Is that a P51 inside?


----------



## silacious_d (Dec 10, 2014)

Indeed it is. That thing was a pain in the *** to wrap. Took three layers of solomon stitch but i did it!


Sent from my iPhone using Paracord Forum


----------



## Finweaver (Oct 29, 2014)

That's a darn useful pupa, cool


----------



## silacious_d (Dec 10, 2014)

Sent from my iPhone using Paracord Forum


----------



## Finweaver (Oct 29, 2014)

Awesome, good color choice aswell.


----------



## silacious_d (Dec 10, 2014)

Figured i should do a cheap practice watch before i start my swiss army. 7 dollar cheapy from wally world.

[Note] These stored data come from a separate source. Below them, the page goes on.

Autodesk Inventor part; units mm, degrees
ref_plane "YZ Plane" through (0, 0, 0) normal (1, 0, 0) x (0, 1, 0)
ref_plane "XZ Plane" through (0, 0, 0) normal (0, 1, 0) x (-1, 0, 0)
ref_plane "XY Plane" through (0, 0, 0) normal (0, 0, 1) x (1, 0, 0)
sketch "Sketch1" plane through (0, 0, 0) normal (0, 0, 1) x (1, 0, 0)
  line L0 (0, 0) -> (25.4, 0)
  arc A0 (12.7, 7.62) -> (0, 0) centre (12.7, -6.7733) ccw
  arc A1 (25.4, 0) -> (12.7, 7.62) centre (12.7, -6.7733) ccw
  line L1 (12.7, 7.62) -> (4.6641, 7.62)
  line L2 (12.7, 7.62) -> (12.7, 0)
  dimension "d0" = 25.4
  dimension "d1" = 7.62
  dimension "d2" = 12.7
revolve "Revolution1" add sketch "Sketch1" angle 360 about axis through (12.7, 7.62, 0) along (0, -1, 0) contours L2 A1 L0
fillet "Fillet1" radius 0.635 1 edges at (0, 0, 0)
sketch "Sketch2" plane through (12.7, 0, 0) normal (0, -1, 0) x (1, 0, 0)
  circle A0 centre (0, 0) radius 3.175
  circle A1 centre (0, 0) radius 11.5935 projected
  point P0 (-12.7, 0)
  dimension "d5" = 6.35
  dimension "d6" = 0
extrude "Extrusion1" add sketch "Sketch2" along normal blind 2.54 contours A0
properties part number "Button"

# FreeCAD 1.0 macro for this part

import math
import FreeCAD as App
import Part
import Sketcher

V = App.Vector
Q = App.Units.Quantity


def edges_at(feature, points):
    """Names of the edges that pass closest to the given points."""
    edges = feature.Shape.Edges
    near = lambda p: min(range(len(edges)), key=lambda i: edges[i].distToShape(Part.Vertex(*p))[0])
    return sorted({f"Edge{near(p) + 1}" for p in points})

doc = App.newDocument("Part")
body = doc.addObject("PartDesign::Body", "Body")

sketch1 = body.newObject("Sketcher::SketchObject", "Sketch")
sketch1.AttachmentSupport = (doc.getObject("XY_Plane"), [""])
sketch1.MapMode = "FlatFace"
sketch1.addGeometry(Part.LineSegment(V(12.7, 7.62, 0), V(12.7, 0, 0)), False)
sketch1.addGeometry(Part.LineSegment(V(12.7, 0, 0), V(25.4, 0, 0)), False)
sketch1.addGeometry(Part.ArcOfCircle(Part.Circle(V(12.7, -6.7733, 0), V(0, 0, 1), 14.3933), math.radians(28.07237), math.radians(90)), False)
sketch1.addGeometry(Part.LineSegment(V(12.7, 7.62, 0), V(12.7, -6.7733, 0)), True)
sketch1.addConstraint(Sketcher.Constraint("Coincident", 0, 2, 1, 1))
sketch1.addConstraint(Sketcher.Constraint("Coincident", 1, 2, 2, 1))
sketch1.addConstraint(Sketcher.Constraint("Coincident", 2, 2, 0, 1))
sketch1.addConstraint(Sketcher.Constraint("Vertical", 0))
sketch1.addConstraint(Sketcher.Constraint("Horizontal", 1))
sketch1.addConstraint(Sketcher.Constraint("Vertical", 3))
sketch1.addConstraint(Sketcher.Constraint("Coincident", 3, 1, 2, 2))
sketch1.addConstraint(Sketcher.Constraint("Coincident", 3, 2, 2, 3))
sketch1.addConstraint(Sketcher.Constraint("PointOnObject", 0, 2, -1))
sketch1.addConstraint(Sketcher.Constraint("DistanceX", 1, 1, 1, 2, Q("0.5 in")))
sketch1.addConstraint(Sketcher.Constraint("DistanceY", 0, 2, 0, 1, Q("0.3 in")))
sketch1.addConstraint(Sketcher.Constraint("DistanceX", -1, 1, 1, 2, Q("1 in")))
revolution = body.newObject("PartDesign::Revolution", "Revolution")
revolution.Profile = sketch1
revolution.ReferenceAxis = (sketch1, ["Axis0"])
revolution.Angle = 360
doc.recompute()

fillet = body.newObject("PartDesign::Fillet", "Fillet")
fillet.Base = (revolution, edges_at(revolution, [(0, 0, 0)]))
fillet.Radius = Q("0.025 in")

sketch2 = body.newObject("Sketcher::SketchObject", "Sketch001")
sketch2.AttachmentSupport = (doc.getObject("XZ_Plane"), [""])
sketch2.MapMode = "FlatFace"
sketch2.addGeometry(Part.Circle(V(12.7, 0, 0), V(0, 0, 1), 3.175), False)
sketch2.addConstraint(Sketcher.Constraint("PointOnObject", 0, 3, -1))
sketch2.addConstraint(Sketcher.Constraint("Diameter", 0, Q("0.25 in")))
sketch2.addConstraint(Sketcher.Constraint("DistanceX", -1, 1, 0, 3, Q("0.5 in")))
pad1 = body.newObject("PartDesign::Pad", "Pad")
pad1.Profile = sketch2
pad1.Length = Q("0.1 in")

doc.recompute()
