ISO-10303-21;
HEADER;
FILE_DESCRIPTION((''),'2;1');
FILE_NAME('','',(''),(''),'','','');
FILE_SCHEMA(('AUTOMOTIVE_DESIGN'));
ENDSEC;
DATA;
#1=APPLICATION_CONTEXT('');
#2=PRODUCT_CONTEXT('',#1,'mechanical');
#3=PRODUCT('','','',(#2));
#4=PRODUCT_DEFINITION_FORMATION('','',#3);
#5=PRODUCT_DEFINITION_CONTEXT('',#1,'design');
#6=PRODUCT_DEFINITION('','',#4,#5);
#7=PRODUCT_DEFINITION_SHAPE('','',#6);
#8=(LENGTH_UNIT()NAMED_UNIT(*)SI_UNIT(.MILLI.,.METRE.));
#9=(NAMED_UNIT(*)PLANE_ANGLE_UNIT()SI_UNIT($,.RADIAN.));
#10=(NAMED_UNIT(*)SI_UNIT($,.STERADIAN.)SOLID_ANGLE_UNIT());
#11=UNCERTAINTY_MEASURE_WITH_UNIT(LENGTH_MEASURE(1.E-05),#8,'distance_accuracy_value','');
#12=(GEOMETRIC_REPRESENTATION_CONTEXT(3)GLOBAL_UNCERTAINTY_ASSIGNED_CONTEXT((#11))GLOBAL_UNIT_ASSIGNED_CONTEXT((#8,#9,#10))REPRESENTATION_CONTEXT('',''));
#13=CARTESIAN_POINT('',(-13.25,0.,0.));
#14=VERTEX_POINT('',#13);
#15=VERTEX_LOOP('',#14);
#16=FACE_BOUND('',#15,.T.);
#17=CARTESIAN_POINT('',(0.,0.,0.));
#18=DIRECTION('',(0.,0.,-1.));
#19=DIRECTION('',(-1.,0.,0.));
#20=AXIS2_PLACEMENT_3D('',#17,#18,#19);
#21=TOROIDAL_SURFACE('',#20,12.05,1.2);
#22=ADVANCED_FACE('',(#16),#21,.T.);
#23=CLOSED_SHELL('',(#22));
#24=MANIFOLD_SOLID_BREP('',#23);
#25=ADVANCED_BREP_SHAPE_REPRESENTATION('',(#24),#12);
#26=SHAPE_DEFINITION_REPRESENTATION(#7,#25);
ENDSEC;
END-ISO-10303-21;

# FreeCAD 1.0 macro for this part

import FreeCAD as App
import Part
import Sketcher
from FreeCAD import Vector
Q = App.Units.Quantity

doc = App.newDocument("Part")
body = doc.addObject("PartDesign::Body", "Body")

sketch1 = body.newObject("Sketcher::SketchObject", "Sketch")
sketch1.AttachmentSupport = (doc.getObject("XZ_Plane"), [""])
sketch1.MapMode = "FlatFace"
sketch1.addGeometry(Part.Circle(Vector(-12.1, 0, 0), Vector(0, 0, 1), 1.2), False)
sketch1.addConstraint(Sketcher.Constraint("PointOnObject", 0, 3, -1))
sketch1.addConstraint(Sketcher.Constraint("Diameter", 0, Q("2.4 mm")))
sketch1.addConstraint(Sketcher.Constraint("DistanceX", 0, 3, -1, 1, Q("12.05 mm")))

sketch2 = body.newObject("Sketcher::SketchObject", "Sketch001")
sketch2.AttachmentSupport = (doc.getObject("XY_Plane"), [""])
sketch2.MapMode = "FlatFace"
sketch2.addGeometry(Part.Circle(Vector(0, 0, 0), Vector(0, 0, 1), 11), False)
sketch2.addConstraint(Sketcher.Constraint("Coincident", 0, 3, -1, 1))
sketch2.addConstraint(Sketcher.Constraint("Diameter", 0, Q("21.7 mm")))
doc.recompute()

additivepipe = body.newObject("PartDesign::AdditivePipe", "AdditivePipe")
additivepipe.Profile = sketch1
additivepipe.Spine = (sketch2, ["Edge1"])

doc.recompute()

Sent from my iPhone using Paracord Forum


----------



## MrParacord (Jun 27, 2013)

Nice work on the watch band.


----------



## silacious_d (Dec 10, 2014)

Why thank ya!


Sent from my iPhone using Paracord Forum


----------



## silacious_d (Dec 10, 2014)

Figgered iddout!


Sent from my iPhone using Paracord Forum


----------



## Finweaver (Oct 29, 2014)

My jig. It aint pretty but it's sturdy. The tablesaw at work was blunt so it chipped the plywood. Gona try it tomorrow.


----------



## MrParacord (Jun 27, 2013)

silacious_d said:


> View attachment 1085
> 
> Figgered iddout!
> 
> ...


I never seen a bracelet with bullets like that before. Nice job. 

What a great way to carry spare ammo


----------



## MrParacord (Jun 27, 2013)

Finweaver said:


> My jig. It aint pretty but it's sturdy. The tablesaw at work was blunt so it chipped the plywood. Gona try it tomorrow.

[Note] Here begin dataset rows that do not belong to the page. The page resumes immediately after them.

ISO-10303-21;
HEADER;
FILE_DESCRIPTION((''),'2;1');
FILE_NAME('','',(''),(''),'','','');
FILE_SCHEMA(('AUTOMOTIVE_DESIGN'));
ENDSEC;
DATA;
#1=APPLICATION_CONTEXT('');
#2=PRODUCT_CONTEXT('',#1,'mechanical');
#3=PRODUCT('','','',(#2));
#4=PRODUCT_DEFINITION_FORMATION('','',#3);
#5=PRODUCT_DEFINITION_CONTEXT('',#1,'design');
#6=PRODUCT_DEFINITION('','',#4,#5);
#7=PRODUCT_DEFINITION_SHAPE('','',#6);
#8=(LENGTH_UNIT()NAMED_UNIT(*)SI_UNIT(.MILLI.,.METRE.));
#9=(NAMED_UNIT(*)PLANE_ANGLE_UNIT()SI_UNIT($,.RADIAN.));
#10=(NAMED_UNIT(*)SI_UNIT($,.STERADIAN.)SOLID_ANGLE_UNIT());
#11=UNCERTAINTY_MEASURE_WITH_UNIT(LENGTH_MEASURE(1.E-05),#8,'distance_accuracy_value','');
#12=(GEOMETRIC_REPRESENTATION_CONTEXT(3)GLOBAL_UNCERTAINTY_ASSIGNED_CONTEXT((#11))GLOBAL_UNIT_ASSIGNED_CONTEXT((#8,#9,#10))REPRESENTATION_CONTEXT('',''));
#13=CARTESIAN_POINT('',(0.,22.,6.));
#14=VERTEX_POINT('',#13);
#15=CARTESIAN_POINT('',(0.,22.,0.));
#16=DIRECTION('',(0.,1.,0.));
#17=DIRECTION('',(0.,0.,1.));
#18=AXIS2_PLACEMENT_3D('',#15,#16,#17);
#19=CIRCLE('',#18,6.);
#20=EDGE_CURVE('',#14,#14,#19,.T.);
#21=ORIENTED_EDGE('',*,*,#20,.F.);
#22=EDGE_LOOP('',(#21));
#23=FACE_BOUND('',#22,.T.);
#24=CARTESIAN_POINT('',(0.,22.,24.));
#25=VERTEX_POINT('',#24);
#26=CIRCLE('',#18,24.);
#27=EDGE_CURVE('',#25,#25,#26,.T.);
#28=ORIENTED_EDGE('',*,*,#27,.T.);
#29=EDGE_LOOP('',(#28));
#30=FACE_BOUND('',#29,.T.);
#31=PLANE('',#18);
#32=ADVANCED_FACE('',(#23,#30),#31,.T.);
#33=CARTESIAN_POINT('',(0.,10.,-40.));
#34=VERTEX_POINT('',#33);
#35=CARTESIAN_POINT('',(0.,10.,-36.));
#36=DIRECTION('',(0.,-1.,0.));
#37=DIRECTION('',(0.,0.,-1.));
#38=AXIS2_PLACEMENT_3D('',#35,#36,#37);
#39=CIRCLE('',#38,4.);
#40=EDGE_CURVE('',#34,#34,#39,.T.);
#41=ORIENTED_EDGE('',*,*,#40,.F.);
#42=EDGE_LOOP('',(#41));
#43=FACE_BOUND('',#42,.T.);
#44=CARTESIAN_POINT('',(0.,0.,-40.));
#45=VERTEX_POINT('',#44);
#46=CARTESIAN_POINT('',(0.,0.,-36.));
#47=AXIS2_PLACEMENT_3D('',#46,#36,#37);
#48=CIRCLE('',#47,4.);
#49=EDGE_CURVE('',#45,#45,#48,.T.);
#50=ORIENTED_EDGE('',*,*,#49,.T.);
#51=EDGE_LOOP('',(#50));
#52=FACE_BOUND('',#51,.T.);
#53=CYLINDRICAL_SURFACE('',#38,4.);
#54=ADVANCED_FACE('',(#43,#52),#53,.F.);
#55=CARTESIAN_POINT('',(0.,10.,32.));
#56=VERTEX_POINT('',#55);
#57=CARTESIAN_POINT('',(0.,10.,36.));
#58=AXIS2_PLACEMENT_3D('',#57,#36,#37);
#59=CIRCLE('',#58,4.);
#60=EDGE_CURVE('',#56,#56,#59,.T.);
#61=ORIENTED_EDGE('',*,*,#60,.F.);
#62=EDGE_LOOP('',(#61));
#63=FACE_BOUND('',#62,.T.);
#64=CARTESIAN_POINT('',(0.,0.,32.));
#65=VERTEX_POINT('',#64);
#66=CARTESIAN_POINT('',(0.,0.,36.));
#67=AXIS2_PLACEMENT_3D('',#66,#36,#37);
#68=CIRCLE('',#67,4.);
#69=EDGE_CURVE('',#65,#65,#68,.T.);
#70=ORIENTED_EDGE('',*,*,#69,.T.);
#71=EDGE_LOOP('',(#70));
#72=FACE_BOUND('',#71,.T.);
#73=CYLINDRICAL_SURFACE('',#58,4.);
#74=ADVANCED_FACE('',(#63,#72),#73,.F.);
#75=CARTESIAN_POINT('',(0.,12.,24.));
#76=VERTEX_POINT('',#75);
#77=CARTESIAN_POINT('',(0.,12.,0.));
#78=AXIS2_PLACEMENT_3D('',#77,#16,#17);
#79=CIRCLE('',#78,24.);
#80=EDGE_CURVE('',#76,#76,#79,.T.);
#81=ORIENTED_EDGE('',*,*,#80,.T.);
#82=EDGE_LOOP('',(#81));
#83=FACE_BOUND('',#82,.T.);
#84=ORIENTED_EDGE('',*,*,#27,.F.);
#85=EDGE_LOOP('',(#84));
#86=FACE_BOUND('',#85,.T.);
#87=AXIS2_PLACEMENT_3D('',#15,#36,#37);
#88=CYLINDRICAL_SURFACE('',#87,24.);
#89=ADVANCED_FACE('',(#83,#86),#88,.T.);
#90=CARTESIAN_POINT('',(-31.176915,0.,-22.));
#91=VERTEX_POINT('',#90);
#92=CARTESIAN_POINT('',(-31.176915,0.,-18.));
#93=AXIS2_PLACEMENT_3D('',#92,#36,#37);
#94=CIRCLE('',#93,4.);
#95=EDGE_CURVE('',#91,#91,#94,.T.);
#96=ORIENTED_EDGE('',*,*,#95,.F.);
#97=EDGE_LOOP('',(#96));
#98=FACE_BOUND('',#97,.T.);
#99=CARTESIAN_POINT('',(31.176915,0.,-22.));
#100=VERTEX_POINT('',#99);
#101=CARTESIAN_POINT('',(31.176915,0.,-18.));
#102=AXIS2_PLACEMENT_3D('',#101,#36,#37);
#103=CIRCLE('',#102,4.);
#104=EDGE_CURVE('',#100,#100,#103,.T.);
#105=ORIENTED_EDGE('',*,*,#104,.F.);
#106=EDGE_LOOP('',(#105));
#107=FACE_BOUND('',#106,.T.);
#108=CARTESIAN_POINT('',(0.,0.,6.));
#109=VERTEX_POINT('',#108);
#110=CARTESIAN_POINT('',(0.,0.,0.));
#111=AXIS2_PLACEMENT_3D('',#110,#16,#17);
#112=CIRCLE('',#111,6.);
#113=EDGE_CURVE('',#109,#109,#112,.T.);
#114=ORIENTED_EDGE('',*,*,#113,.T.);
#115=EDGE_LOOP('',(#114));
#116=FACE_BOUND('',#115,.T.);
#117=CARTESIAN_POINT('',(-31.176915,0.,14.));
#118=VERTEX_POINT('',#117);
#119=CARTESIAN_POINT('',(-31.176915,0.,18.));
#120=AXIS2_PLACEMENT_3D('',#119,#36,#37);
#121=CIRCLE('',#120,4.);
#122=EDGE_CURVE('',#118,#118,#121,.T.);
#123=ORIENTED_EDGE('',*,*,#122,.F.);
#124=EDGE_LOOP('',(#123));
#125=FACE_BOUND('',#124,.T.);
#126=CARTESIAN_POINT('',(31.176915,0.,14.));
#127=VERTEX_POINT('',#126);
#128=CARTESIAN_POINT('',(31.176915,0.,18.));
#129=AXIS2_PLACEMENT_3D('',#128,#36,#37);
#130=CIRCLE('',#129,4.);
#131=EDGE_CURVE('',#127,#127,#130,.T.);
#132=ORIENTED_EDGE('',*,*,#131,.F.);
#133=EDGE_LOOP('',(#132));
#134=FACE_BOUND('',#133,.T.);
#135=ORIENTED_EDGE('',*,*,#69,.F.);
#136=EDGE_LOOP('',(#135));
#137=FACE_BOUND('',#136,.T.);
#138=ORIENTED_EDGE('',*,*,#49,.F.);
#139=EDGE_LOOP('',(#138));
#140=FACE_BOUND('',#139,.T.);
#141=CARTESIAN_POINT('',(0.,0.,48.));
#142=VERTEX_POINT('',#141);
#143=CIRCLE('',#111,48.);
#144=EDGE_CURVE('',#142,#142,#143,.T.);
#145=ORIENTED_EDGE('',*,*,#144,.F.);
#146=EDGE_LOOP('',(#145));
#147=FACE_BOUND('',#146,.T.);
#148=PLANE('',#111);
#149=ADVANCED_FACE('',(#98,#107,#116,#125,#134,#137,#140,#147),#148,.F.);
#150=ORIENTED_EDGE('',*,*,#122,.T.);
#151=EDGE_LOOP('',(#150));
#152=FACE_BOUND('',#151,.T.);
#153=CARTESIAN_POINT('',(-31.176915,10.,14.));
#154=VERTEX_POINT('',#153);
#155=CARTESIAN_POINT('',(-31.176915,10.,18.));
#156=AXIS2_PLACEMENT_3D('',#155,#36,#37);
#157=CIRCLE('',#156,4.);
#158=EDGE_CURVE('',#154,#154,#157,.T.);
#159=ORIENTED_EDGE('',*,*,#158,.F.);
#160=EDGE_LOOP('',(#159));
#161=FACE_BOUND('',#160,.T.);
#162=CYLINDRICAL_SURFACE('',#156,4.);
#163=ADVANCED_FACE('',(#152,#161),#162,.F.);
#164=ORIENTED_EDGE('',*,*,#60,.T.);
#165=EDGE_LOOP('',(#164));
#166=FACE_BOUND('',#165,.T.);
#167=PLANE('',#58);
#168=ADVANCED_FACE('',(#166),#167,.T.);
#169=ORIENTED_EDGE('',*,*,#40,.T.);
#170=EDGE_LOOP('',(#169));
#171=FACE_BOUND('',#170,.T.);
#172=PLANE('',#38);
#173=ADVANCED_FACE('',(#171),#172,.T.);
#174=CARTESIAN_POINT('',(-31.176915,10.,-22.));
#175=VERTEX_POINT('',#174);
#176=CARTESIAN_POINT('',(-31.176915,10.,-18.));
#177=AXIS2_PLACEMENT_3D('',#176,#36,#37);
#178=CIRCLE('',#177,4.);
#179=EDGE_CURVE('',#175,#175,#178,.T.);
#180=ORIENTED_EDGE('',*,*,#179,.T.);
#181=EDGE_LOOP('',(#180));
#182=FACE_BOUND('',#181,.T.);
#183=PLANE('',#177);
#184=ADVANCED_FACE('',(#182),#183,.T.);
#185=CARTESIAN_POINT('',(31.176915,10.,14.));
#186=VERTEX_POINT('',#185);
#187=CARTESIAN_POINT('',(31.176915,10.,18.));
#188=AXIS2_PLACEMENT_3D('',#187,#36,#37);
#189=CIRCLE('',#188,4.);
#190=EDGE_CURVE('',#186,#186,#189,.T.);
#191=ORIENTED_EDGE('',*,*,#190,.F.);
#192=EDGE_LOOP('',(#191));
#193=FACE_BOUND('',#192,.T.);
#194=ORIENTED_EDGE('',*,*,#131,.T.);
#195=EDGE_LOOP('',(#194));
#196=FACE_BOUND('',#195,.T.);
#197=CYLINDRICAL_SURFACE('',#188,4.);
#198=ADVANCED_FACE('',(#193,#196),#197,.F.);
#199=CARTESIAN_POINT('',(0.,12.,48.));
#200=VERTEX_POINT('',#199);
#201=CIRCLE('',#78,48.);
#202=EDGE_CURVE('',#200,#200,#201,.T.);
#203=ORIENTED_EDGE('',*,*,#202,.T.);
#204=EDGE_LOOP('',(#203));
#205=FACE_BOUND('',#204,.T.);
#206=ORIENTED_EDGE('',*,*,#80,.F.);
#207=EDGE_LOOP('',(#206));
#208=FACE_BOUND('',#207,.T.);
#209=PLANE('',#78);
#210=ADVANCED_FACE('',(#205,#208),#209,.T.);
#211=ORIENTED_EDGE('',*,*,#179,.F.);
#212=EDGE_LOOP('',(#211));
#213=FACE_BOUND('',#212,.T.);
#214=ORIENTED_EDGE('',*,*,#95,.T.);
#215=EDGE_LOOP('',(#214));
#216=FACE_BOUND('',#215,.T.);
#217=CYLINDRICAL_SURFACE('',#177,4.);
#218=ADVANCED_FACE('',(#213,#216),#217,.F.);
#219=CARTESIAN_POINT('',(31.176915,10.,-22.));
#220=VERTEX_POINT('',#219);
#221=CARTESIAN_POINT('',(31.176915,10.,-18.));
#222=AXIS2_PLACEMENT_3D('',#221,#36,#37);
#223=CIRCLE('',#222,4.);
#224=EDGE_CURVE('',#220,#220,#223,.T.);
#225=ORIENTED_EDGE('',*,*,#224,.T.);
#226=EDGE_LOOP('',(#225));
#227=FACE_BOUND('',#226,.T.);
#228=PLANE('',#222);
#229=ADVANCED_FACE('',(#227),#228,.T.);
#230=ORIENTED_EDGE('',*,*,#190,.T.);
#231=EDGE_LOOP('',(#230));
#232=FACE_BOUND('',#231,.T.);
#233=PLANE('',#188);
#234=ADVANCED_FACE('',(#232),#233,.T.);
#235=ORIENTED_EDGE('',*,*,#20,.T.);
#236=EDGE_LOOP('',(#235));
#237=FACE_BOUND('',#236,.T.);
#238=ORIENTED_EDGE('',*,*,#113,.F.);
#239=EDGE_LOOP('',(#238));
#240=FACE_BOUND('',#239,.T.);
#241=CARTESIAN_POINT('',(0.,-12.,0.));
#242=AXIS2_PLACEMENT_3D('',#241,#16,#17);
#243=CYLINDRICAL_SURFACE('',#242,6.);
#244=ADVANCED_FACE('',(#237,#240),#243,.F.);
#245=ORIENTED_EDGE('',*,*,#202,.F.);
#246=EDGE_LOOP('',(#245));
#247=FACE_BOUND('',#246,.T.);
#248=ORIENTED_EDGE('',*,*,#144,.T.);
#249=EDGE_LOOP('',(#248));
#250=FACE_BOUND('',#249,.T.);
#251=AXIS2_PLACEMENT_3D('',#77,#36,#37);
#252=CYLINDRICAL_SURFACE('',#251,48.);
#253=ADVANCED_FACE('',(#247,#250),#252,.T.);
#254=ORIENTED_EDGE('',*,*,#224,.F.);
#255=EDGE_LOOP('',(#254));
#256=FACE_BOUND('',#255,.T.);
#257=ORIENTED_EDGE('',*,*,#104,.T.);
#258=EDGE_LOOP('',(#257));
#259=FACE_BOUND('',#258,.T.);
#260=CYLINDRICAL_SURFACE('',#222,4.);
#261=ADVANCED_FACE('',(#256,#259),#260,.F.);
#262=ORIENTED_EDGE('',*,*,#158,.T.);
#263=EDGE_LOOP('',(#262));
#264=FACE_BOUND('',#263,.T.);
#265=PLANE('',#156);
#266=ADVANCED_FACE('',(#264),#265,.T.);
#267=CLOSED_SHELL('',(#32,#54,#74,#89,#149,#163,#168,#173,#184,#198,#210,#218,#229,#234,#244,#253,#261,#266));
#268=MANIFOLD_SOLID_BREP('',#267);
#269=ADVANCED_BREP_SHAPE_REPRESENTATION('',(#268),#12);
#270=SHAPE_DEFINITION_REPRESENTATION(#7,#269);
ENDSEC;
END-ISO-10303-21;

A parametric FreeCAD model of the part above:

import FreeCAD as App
import Part
import Sketcher

doc = App.newDocument("Part")
body = doc.addObject("PartDesign::Body", "Body")

# Sketch on XZ plane
sketch1 = body.newObject("Sketcher::SketchObject", "Sketch")
sketch1.AttachmentSupport = (doc.getObject("XZ_Plane"), [""])
sketch1.MapMode = "FlatFace"
sketch1.addGeometry(Part.Circle(App.Vector(0, 0, 0), App.Vector(0, 0, 1), 48), False)
sketch1.addConstraint([
    Sketcher.Constraint("Coincident", 0, 3, -1, 1),
    Sketcher.Constraint("Diameter", 0, 96.0),
])
pad1 = body.newObject("PartDesign::Pad", "Pad")
pad1.Profile = sketch1
pad1.Length = 12
pad1.Reversed = True

# Sketch on XZ plane
sketch2 = body.newObject("Sketcher::SketchObject", "Sketch001")
sketch2.AttachmentSupport = (doc.getObject("XZ_Plane"), [""])
sketch2.MapMode = "FlatFace"
sketch2.AttachmentOffset = App.Placement(App.Vector(0, 0, -12), App.Rotation())
sketch2.addGeometry(Part.Circle(App.Vector(0, 0, 0), App.Vector(0, 0, 1), 24), False)
sketch2.addConstraint([
    Sketcher.Constraint("Coincident", 0, 3, -1, 1),
    Sketcher.Constraint("Diameter", 0, 48.0),
])
pad2 = body.newObject("PartDesign::Pad", "Pad001")
pad2.Profile = sketch2
pad2.Length = 10
pad2.Reversed = True

# Sketch on XZ plane
sketch3 = body.newObject("Sketcher::SketchObject", "Sketch002")
sketch3.AttachmentSupport = (doc.getObject("XZ_Plane"), [""])
sketch3.MapMode = "FlatFace"
sketch3.AttachmentOffset = App.Placement(App.Vector(0, 0, -22), App.Rotation())
sketch3.addGeometry(Part.Circle(App.Vector(0, 0, 0), App.Vector(0, 0, 1), 6), False)
sketch3.addConstraint([
    Sketcher.Constraint("Coincident", 0, 3, -1, 1),
    Sketcher.Constraint("Diameter", 0, 12.0),
])
pocket1 = body.newObject("PartDesign::Pocket", "Pocket")
pocket1.Profile = sketch3
pocket1.Length = 34
pocket1.Reversed = True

It doesn't have to be pretty it just needs to be functional.


----------



## silacious_d (Dec 10, 2014)

My new belt i was up all night making and now have a million blisters from. 


Sent from my iPhone using Paracord Forum


----------



## Finweaver (Oct 29, 2014)

Awesome belt. Blisters suck, I work in construction and have thick skin on my fingers but even that does not help haha.


----------



## Finweaver (Oct 29, 2014)

Tried the jig. IT'S AWESOME!!! 

The top bracelet is the one I made last week without jig. The bottom one is the one I made with the jig. It went much faster and the result is wayyy better. 
Awesome


----------



## silacious_d (Dec 10, 2014)

Yea i live on and work on my fams farm. Its about 200 acres so its constant work, cord just has a way of burnin up the outermost layers of skin. Sucks.


Sent from my iPhone using Paracord Forum


----------



## silacious_d (Dec 10, 2014)

Those are amazing. Where does one find a pattern like that?


Sent from my iPhone using Paracord Forum


----------



## MrParacord (Jun 27, 2013)

Nice looking belt.


----------



## Finweaver (Oct 29, 2014)

silacious_d said:


> Those are amazing. Where does one find a pattern like that?
> 
> 
> Sent from my iPhone using Paracord Forum


It's a wide sanctified chainmailed falls, there is a video on Youtube on it. The video does not show the start or finish tho. I start it as a wide sanctified bracelet.


----------



## silacious_d (Dec 10, 2014)

Thats some serious tricky business.


Sent from my iPhone using Paracord Forum


----------



## silacious_d (Dec 10, 2014)

A few christmas presents.


Sent from my iPhone using Paracord Forum


----------



## MrParacord (Jun 27, 2013)

Who are the lucky recipients?


----------



## Finweaver (Oct 29, 2014)

Merry christmas to everyone


----------



## silacious_d (Dec 10, 2014)

Merry Christmas all.







My present to myself. Fall camo from paracord galaxy and some heavy duty buckles from a recycled military backpack. New favorite!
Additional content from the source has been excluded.